WHAT NEEDS TO BE DONE: As soon as the line containing "#168=ORIENTED_EDGE('',*,*,#167,.T.);" appears in the material below, start returning lines exactly, and end with the line containing "#212=AXIS2_PLACEMENT_3D('',#211,#17,#81);".

--------------------------------------------------

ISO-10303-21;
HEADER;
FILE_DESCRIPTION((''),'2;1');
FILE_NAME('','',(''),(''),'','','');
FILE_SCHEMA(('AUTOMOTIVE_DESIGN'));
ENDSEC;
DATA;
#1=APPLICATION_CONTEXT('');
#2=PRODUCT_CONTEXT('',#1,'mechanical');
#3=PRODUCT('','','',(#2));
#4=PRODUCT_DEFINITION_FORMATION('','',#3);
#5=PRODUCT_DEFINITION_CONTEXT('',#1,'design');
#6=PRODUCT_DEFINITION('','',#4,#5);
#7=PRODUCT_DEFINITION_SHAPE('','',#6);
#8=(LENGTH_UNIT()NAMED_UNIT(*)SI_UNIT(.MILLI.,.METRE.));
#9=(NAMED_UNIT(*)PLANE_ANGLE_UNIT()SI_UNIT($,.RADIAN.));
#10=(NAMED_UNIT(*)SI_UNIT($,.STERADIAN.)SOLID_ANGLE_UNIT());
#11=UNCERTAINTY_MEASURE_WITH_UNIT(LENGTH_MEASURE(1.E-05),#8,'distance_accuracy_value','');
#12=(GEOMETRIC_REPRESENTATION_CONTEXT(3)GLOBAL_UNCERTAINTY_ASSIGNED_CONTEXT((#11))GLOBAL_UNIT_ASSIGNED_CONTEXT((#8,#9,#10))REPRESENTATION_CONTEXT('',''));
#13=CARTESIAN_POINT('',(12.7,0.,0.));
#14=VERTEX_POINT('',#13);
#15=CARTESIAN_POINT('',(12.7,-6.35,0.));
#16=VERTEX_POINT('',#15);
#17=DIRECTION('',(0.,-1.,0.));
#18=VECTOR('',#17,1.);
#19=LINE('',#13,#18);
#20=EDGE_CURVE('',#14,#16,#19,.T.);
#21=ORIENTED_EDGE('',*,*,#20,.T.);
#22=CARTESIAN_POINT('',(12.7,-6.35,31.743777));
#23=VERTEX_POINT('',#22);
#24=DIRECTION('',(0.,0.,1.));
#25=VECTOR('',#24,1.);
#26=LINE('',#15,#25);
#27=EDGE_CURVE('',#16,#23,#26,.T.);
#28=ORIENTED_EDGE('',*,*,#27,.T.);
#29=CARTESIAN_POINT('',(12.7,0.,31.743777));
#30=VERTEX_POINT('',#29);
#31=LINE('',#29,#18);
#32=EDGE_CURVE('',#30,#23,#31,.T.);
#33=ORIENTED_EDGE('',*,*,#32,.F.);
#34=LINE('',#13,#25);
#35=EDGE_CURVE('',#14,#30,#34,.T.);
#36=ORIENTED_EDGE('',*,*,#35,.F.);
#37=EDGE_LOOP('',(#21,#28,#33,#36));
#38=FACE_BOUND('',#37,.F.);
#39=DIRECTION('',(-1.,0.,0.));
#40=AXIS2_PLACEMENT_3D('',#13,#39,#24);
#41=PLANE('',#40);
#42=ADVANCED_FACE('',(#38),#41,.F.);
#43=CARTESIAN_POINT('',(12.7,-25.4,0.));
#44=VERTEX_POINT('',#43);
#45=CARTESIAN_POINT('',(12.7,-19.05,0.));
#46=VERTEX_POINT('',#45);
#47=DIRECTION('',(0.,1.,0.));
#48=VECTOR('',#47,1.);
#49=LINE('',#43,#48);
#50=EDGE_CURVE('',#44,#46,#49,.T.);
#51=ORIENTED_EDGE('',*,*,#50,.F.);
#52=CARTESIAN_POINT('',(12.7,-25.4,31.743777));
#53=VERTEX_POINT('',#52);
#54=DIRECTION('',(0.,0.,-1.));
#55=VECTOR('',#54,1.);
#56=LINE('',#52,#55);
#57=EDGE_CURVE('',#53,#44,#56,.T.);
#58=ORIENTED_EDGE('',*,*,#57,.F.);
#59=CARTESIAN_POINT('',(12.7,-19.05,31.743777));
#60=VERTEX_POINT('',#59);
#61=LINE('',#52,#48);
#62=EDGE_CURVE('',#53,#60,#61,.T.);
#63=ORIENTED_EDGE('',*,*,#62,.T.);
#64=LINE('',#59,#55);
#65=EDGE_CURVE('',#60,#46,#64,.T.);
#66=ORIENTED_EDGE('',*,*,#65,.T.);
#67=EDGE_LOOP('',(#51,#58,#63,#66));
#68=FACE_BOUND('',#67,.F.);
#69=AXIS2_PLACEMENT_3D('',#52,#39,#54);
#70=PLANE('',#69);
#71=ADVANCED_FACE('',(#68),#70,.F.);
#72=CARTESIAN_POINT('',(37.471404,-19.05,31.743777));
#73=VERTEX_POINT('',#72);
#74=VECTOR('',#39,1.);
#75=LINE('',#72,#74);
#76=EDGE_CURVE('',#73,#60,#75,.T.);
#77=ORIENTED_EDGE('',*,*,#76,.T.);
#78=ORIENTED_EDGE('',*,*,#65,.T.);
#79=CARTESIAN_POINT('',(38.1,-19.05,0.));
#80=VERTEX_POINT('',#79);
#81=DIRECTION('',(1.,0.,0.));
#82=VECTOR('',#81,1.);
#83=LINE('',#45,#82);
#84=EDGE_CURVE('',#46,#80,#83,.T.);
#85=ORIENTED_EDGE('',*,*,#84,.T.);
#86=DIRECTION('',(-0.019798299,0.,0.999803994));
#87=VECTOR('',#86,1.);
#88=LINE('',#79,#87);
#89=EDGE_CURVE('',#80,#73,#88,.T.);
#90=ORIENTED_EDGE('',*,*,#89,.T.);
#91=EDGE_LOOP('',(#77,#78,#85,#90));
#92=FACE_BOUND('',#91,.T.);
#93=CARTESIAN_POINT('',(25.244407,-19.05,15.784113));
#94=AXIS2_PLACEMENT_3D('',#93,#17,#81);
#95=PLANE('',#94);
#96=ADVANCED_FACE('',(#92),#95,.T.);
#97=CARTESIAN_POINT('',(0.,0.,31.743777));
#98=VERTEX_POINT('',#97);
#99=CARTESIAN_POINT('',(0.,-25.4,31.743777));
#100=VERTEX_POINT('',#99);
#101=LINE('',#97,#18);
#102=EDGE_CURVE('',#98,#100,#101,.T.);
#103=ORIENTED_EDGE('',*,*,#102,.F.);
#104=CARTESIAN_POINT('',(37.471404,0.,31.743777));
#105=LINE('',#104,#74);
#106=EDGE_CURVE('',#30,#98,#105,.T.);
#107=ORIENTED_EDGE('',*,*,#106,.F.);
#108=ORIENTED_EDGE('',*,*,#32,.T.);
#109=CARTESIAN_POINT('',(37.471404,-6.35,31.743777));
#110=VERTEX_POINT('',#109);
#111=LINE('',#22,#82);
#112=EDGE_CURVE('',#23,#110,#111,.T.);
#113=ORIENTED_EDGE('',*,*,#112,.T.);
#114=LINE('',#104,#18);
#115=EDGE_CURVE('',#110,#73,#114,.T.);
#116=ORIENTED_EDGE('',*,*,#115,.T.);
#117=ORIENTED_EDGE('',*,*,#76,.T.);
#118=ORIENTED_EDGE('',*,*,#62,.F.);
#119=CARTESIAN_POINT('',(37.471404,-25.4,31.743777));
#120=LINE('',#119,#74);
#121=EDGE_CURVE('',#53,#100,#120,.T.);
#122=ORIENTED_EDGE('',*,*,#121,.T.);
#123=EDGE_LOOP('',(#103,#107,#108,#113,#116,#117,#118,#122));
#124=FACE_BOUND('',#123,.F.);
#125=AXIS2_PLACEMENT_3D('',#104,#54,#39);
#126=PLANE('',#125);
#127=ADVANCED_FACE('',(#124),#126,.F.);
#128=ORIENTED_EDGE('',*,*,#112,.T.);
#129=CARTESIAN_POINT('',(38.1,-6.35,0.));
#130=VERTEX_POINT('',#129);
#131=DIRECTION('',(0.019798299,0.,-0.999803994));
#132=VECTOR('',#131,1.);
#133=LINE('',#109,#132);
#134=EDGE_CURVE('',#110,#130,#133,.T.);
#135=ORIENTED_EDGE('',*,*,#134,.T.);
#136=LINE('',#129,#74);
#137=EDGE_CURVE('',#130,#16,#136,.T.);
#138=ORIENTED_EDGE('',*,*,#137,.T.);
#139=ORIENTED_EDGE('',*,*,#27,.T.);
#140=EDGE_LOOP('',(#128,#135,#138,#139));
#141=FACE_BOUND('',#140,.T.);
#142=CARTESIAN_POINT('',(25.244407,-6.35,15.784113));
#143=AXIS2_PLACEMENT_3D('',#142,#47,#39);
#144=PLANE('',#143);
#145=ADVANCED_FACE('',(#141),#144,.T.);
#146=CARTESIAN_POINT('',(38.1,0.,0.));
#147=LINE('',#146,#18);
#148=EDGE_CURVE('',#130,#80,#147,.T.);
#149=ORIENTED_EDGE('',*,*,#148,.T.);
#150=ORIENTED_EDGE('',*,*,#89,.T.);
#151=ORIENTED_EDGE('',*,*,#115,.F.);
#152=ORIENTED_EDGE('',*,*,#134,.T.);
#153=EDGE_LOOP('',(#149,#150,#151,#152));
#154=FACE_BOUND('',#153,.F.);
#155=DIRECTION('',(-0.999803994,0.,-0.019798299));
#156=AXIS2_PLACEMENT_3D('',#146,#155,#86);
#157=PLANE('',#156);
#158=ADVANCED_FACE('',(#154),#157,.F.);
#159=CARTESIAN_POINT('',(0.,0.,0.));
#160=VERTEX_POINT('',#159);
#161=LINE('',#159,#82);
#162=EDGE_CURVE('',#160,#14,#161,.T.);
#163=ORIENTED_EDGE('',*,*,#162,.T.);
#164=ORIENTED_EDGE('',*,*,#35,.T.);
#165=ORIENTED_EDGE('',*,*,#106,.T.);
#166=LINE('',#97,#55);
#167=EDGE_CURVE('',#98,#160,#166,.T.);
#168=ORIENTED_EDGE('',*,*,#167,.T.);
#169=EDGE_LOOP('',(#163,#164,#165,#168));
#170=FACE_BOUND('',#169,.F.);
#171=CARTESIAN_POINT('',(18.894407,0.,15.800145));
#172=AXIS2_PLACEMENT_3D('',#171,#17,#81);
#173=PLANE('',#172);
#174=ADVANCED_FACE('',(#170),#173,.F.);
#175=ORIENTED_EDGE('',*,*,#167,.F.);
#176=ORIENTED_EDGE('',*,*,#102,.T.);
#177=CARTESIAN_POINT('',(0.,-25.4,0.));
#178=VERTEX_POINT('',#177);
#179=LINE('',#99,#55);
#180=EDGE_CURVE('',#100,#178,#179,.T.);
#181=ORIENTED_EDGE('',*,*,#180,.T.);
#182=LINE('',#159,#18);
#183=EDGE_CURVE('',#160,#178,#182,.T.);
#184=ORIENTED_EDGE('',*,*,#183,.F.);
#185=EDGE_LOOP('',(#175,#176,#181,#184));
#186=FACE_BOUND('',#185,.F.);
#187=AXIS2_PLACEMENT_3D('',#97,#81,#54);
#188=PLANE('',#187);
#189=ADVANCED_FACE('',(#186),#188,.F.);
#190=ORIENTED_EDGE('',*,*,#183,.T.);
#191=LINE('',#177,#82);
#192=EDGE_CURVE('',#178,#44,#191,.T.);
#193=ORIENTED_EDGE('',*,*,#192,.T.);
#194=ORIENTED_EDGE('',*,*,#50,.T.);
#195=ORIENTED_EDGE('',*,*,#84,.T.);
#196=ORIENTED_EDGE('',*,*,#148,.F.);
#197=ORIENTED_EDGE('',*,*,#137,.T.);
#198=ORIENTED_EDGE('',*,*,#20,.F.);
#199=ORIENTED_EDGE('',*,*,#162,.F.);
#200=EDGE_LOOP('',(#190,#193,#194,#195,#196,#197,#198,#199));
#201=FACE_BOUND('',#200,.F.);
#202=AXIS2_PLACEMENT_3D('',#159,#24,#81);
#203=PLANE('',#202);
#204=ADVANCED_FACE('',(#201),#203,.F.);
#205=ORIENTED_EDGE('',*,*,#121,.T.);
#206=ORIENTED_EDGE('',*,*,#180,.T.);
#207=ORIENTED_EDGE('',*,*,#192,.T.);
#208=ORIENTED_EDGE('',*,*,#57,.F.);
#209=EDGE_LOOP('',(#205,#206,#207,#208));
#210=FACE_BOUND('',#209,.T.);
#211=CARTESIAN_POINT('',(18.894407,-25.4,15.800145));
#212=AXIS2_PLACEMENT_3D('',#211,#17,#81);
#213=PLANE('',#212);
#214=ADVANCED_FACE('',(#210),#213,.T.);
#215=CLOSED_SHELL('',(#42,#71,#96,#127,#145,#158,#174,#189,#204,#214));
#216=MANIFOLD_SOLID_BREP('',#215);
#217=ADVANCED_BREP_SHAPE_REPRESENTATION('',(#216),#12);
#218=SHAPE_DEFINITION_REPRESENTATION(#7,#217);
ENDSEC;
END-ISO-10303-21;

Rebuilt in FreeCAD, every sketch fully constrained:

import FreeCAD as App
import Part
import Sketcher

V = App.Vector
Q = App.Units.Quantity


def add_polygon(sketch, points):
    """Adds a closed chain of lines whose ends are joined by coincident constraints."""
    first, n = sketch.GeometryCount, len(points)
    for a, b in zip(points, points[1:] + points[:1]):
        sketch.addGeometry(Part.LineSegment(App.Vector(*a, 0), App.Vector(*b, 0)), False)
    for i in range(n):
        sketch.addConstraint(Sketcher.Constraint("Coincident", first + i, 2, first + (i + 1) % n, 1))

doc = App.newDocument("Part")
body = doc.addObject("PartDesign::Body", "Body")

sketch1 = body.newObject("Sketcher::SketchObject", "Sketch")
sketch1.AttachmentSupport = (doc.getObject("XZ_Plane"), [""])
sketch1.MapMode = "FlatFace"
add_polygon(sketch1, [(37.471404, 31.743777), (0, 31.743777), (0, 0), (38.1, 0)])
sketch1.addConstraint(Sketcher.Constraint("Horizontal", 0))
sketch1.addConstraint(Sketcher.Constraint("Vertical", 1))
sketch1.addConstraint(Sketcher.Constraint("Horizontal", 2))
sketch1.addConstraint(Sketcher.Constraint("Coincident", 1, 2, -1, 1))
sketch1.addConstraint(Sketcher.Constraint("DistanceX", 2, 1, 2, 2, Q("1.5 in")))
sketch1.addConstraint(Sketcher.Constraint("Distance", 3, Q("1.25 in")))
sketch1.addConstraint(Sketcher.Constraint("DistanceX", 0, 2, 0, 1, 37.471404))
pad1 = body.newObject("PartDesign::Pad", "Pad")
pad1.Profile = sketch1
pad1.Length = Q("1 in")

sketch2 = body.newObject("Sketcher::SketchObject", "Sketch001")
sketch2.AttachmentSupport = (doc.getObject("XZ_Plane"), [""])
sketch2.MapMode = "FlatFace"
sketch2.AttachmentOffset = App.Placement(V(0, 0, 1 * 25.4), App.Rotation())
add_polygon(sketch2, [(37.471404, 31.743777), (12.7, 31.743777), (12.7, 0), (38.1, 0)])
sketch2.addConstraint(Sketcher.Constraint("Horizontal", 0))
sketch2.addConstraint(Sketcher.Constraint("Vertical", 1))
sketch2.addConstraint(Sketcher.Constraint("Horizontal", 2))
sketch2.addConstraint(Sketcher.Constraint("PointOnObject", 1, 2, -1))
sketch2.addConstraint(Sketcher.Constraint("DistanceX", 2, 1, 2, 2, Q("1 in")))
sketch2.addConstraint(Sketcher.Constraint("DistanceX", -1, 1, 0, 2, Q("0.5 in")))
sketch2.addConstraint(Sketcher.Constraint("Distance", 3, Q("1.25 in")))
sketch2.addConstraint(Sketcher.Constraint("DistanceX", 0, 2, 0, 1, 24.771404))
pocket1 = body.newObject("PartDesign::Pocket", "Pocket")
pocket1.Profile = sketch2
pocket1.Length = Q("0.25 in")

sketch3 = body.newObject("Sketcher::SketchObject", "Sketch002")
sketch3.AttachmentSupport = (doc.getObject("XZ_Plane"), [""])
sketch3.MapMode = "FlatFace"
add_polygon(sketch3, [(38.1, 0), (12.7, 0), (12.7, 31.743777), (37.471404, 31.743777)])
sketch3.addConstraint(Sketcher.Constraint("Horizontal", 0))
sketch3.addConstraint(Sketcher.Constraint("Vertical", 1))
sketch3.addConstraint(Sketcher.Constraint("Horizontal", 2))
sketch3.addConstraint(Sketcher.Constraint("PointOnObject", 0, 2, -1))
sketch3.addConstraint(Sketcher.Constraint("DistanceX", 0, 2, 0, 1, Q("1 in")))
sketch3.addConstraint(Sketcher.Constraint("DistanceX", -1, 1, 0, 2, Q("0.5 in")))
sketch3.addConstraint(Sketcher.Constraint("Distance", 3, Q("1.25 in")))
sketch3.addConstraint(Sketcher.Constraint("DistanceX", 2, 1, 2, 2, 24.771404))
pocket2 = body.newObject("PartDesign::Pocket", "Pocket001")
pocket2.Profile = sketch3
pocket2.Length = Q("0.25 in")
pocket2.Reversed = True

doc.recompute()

--------------------------------------------------

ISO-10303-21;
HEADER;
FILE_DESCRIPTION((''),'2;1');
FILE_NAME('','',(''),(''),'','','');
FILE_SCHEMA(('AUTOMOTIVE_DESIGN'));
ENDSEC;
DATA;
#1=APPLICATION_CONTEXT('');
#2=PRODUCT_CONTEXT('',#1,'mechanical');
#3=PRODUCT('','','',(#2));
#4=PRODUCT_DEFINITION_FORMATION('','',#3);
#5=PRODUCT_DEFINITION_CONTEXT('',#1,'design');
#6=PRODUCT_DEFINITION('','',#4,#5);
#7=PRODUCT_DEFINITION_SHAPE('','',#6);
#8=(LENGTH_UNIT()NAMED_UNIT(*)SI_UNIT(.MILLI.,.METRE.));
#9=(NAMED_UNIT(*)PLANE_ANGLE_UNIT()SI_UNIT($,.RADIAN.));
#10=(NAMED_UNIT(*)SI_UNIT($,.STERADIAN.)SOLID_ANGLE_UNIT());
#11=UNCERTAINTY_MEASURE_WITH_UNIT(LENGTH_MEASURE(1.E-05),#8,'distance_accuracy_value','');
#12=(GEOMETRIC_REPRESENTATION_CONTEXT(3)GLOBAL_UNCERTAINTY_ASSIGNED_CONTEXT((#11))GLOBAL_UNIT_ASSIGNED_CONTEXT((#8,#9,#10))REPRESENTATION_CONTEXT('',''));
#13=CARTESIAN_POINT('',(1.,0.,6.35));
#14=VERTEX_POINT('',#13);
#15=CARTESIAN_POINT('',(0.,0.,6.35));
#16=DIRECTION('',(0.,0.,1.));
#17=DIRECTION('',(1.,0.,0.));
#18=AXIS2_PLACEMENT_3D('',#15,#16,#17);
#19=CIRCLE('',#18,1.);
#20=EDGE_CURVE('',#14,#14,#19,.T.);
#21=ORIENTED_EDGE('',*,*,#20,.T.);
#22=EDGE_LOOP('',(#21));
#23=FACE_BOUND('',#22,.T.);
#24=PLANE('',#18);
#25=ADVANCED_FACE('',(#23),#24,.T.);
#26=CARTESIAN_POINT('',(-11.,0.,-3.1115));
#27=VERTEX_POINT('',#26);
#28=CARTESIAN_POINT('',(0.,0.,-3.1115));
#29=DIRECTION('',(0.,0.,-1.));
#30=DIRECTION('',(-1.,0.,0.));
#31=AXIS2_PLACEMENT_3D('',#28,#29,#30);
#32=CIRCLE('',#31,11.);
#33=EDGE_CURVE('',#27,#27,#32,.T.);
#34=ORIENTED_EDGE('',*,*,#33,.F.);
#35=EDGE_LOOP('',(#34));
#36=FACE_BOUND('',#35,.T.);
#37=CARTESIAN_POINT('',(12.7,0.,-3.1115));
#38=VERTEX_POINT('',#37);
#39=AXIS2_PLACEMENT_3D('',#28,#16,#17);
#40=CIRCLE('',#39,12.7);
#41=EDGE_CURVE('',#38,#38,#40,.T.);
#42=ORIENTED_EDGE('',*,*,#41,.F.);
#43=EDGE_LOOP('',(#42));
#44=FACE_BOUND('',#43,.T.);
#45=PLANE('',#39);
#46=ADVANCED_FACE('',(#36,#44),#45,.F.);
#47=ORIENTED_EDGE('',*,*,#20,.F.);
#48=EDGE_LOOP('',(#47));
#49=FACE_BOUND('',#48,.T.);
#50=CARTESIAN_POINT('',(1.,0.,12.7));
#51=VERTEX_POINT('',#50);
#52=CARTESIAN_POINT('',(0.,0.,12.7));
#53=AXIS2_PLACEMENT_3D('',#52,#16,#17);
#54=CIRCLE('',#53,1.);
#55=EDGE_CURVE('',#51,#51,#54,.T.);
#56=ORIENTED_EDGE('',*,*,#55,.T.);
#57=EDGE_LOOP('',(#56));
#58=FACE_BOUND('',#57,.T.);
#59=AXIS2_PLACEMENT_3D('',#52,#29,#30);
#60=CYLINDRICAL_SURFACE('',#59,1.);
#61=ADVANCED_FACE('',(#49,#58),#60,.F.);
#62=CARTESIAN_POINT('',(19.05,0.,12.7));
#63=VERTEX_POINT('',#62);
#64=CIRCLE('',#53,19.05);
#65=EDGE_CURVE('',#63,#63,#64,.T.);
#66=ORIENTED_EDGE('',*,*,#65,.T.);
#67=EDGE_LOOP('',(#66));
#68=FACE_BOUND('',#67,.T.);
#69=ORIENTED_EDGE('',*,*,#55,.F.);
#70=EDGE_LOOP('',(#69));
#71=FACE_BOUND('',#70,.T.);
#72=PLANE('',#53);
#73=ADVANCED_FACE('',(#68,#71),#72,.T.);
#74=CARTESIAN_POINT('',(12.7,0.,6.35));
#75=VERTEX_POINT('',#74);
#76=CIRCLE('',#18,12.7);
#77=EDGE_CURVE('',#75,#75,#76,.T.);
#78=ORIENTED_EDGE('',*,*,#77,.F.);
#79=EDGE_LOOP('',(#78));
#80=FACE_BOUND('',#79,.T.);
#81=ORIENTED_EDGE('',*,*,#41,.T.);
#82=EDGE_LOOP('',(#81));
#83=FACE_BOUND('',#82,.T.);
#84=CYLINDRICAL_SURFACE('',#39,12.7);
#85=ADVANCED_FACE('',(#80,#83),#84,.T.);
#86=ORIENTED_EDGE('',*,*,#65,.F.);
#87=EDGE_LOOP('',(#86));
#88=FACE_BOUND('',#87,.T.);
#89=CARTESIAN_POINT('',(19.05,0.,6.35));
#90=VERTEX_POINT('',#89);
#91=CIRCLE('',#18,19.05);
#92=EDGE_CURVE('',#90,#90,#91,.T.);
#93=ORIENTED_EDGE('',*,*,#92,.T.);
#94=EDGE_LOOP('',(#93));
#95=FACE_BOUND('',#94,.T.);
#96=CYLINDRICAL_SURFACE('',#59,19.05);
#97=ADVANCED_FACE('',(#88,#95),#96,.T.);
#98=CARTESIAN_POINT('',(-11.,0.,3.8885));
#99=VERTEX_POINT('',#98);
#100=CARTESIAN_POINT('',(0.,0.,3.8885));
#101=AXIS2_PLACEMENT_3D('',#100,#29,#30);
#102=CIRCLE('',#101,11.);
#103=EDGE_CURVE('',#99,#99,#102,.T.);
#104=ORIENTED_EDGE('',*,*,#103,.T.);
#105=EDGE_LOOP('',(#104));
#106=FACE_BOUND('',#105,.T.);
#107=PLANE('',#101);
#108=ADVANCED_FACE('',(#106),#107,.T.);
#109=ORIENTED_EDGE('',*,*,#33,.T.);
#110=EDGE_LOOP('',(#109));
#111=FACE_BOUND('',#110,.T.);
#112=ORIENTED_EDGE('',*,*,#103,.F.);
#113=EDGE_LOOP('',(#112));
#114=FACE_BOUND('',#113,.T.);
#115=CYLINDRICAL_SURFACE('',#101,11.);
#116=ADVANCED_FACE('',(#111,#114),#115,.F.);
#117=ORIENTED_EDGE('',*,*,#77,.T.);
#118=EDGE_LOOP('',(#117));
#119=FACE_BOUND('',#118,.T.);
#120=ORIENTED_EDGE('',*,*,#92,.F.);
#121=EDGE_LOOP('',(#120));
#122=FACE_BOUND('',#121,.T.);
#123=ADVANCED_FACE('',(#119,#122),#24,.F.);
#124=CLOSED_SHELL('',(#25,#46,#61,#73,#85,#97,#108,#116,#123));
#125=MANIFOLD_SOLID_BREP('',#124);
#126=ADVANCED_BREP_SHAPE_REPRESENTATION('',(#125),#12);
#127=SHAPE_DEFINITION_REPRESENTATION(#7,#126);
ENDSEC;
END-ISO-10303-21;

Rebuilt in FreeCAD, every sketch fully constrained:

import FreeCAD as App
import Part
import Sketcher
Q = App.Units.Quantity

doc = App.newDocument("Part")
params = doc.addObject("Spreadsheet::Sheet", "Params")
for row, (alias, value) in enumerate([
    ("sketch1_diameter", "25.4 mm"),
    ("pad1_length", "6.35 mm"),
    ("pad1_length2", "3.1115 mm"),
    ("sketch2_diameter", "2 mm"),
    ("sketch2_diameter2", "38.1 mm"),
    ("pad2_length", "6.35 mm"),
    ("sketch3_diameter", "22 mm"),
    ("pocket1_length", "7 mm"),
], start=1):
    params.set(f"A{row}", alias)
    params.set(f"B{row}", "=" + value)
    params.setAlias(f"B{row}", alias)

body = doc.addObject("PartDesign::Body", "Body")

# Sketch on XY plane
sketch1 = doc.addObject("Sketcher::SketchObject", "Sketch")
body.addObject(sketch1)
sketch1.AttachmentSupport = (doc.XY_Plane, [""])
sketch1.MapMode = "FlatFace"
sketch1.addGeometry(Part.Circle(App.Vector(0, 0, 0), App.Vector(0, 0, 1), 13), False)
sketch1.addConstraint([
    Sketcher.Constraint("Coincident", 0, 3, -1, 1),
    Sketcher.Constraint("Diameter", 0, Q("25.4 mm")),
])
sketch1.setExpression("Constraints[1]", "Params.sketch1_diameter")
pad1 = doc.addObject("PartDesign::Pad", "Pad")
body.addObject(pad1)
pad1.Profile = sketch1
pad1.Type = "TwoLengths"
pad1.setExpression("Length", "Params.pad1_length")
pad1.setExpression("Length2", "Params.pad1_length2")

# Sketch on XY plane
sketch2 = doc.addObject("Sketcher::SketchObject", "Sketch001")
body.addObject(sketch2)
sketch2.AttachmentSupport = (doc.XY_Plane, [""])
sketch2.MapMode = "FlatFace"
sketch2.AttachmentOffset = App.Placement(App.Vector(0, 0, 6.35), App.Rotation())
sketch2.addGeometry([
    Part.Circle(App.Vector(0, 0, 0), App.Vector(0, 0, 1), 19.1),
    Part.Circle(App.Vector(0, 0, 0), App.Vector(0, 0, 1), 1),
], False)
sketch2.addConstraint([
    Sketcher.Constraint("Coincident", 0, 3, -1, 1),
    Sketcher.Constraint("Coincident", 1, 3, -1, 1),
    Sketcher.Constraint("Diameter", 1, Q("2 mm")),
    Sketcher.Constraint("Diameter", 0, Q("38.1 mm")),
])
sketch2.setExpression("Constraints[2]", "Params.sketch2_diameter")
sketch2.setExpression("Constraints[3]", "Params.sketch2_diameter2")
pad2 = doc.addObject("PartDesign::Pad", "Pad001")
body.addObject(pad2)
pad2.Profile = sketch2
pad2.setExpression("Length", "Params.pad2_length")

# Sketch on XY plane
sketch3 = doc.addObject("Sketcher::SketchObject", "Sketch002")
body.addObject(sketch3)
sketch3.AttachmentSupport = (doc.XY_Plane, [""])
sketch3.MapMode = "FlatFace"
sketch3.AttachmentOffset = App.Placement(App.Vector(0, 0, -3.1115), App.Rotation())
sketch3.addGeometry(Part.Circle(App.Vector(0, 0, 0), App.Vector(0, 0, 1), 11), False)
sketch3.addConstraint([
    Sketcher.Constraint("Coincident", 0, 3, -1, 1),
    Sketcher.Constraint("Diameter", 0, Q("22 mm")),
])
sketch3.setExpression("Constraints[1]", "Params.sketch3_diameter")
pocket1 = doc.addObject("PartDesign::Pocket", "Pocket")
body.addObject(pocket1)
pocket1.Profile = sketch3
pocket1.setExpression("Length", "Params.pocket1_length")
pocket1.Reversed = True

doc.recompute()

--------------------------------------------------

YOUR SOLUTION:
#168=ORIENTED_EDGE('',*,*,#167,.T.);
#169=EDGE_LOOP('',(#163,#164,#165,#168));
#170=FACE_BOUND('',#169,.F.);
#171=CARTESIAN_POINT('',(18.894407,0.,15.800145));
#172=AXIS2_PLACEMENT_3D('',#171,#17,#81);
#173=PLANE('',#172);
#174=ADVANCED_FACE('',(#170),#173,.F.);
#175=ORIENTED_EDGE('',*,*,#167,.F.);
#176=ORIENTED_EDGE('',*,*,#102,.T.);
#177=CARTESIAN_POINT('',(0.,-25.4,0.));
#178=VERTEX_POINT('',#177);
#179=LINE('',#99,#55);
#180=EDGE_CURVE('',#100,#178,#179,.T.);
#181=ORIENTED_EDGE('',*,*,#180,.T.);
#182=LINE('',#159,#18);
#183=EDGE_CURVE('',#160,#178,#182,.T.);
#184=ORIENTED_EDGE('',*,*,#183,.F.);
#185=EDGE_LOOP('',(#175,#176,#181,#184));
#186=FACE_BOUND('',#185,.F.);
#187=AXIS2_PLACEMENT_3D('',#97,#81,#54);
#188=PLANE('',#187);
#189=ADVANCED_FACE('',(#186),#188,.F.);
#190=ORIENTED_EDGE('',*,*,#183,.T.);
#191=LINE('',#177,#82);
#192=EDGE_CURVE('',#178,#44,#191,.T.);
#193=ORIENTED_EDGE('',*,*,#192,.T.);
#194=ORIENTED_EDGE('',*,*,#50,.T.);
#195=ORIENTED_EDGE('',*,*,#84,.T.);
#196=ORIENTED_EDGE('',*,*,#148,.F.);
#197=ORIENTED_EDGE('',*,*,#137,.T.);
#198=ORIENTED_EDGE('',*,*,#20,.F.);
#199=ORIENTED_EDGE('',*,*,#162,.F.);
#200=EDGE_LOOP('',(#190,#193,#194,#195,#196,#197,#198,#199));
#201=FACE_BOUND('',#200,.F.);
#202=AXIS2_PLACEMENT_3D('',#159,#24,#81);
#203=PLANE('',#202);
#204=ADVANCED_FACE('',(#201),#203,.F.);
#205=ORIENTED_EDGE('',*,*,#121,.T.);
#206=ORIENTED_EDGE('',*,*,#180,.T.);
#207=ORIENTED_EDGE('',*,*,#192,.T.);
#208=ORIENTED_EDGE('',*,*,#57,.F.);
#209=EDGE_LOOP('',(#205,#206,#207,#208));
#210=FACE_BOUND('',#209,.T.);
#211=CARTESIAN_POINT('',(18.894407,-25.4,15.800145));
#212=AXIS2_PLACEMENT_3D('',#211,#17,#81);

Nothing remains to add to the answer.